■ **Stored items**

○ ○ ○

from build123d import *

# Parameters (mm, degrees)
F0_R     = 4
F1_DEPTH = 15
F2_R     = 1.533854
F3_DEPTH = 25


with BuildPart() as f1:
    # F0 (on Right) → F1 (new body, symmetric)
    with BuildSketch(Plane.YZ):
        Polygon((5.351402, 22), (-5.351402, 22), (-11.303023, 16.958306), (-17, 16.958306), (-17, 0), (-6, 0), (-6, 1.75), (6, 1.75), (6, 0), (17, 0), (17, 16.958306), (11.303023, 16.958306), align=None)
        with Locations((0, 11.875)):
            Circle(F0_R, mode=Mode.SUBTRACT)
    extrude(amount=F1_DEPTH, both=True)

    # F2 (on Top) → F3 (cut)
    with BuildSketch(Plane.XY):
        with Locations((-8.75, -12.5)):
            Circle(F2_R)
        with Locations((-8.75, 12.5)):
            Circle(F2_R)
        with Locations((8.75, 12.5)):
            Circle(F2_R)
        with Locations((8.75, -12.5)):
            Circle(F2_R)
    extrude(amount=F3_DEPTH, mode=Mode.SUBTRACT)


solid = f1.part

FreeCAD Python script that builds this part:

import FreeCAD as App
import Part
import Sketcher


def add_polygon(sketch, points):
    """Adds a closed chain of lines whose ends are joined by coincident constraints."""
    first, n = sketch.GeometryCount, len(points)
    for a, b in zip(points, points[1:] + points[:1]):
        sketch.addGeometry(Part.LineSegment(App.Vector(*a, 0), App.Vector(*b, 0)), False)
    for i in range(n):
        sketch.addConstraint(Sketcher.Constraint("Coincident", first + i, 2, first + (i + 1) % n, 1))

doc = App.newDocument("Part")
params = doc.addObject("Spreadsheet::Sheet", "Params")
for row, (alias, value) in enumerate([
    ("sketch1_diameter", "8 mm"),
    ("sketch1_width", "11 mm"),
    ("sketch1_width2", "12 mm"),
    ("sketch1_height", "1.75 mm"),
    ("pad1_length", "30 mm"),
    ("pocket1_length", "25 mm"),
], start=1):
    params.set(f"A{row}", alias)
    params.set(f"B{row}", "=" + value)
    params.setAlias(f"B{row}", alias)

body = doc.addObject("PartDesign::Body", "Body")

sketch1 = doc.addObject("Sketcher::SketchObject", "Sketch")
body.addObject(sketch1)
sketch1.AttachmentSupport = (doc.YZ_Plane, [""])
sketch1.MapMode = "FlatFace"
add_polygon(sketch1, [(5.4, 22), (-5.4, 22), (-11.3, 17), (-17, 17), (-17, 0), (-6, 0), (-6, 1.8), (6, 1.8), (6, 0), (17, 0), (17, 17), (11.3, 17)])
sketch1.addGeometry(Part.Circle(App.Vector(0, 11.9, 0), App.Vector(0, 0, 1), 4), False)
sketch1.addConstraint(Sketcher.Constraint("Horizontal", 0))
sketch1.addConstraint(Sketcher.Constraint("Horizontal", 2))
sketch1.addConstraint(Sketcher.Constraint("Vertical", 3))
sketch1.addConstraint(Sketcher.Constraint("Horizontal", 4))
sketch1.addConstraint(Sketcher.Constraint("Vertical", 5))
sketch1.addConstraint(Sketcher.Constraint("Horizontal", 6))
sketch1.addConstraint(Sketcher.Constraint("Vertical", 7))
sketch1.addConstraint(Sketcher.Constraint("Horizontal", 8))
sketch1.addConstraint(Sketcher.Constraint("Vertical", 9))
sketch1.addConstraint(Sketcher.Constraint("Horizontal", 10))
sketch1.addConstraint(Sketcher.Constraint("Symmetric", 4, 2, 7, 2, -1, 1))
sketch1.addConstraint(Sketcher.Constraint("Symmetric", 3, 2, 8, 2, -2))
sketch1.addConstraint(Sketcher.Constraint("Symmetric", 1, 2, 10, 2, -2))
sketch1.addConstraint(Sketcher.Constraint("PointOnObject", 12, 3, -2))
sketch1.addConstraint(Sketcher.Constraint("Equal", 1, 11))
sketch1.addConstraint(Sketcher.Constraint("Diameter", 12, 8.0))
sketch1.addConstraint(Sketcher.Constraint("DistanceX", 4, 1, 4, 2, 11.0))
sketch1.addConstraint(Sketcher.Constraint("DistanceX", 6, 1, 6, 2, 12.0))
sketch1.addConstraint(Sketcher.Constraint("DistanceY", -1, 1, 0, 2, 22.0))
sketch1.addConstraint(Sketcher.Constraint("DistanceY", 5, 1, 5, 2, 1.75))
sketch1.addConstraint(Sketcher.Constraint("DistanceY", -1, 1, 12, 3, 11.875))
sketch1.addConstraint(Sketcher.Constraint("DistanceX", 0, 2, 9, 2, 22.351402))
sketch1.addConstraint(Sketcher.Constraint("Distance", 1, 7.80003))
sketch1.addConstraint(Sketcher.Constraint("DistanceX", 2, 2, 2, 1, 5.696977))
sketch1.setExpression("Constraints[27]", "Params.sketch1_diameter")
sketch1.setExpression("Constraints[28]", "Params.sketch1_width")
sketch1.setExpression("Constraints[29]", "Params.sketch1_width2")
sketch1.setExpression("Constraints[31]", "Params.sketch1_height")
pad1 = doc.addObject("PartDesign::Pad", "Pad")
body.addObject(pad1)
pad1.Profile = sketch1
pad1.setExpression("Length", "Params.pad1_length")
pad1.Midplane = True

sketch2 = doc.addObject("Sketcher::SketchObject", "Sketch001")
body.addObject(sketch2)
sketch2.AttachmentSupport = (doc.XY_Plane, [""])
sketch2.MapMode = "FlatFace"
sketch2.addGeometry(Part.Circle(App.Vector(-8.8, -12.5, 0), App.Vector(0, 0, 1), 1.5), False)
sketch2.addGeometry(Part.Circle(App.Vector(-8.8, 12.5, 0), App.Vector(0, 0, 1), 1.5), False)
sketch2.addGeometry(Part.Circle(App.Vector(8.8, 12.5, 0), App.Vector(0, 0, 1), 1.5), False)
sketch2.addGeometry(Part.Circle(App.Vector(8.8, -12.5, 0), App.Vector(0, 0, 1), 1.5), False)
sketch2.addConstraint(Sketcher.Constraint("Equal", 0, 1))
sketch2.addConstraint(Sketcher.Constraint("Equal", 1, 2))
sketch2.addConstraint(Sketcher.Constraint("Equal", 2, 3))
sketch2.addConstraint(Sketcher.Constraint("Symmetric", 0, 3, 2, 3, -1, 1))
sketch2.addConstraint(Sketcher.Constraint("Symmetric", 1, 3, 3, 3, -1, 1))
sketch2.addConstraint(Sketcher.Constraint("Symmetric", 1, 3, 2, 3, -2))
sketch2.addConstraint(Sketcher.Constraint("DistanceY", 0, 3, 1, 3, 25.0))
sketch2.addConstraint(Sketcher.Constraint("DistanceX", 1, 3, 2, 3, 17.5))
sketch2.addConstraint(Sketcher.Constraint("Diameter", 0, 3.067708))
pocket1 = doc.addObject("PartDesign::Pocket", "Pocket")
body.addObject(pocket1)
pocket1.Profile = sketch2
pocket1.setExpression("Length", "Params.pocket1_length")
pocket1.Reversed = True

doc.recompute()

○ ○ ○

■ **Required action**
Up to and including the line that holds "# F2 (on Top) → F3 (cut)", reproduce the records above exactly from their first line, and give nothing else.

■ **Response for this exercise**
from build123d import *

# Parameters (mm, degrees)
F0_R     = 4
F1_DEPTH = 15
F2_R     = 1.533854
F3_DEPTH = 25


with BuildPart() as f1:
    # F0 (on Right) → F1 (new body, symmetric)
    with BuildSketch(Plane.YZ):
        Polygon((5.351402, 22), (-5.351402, 22), (-11.303023, 16.958306), (-17, 16.958306), (-17, 0), (-6, 0), (-6, 1.75), (6, 1.75), (6, 0), (17, 0), (17, 16.958306), (11.303023, 16.958306), align=None)
        with Locations((0, 11.875)):
            Circle(F0_R, mode=Mode.SUBTRACT)
    extrude(amount=F1_DEPTH, both=True)

    # F2 (on Top) → F3 (cut)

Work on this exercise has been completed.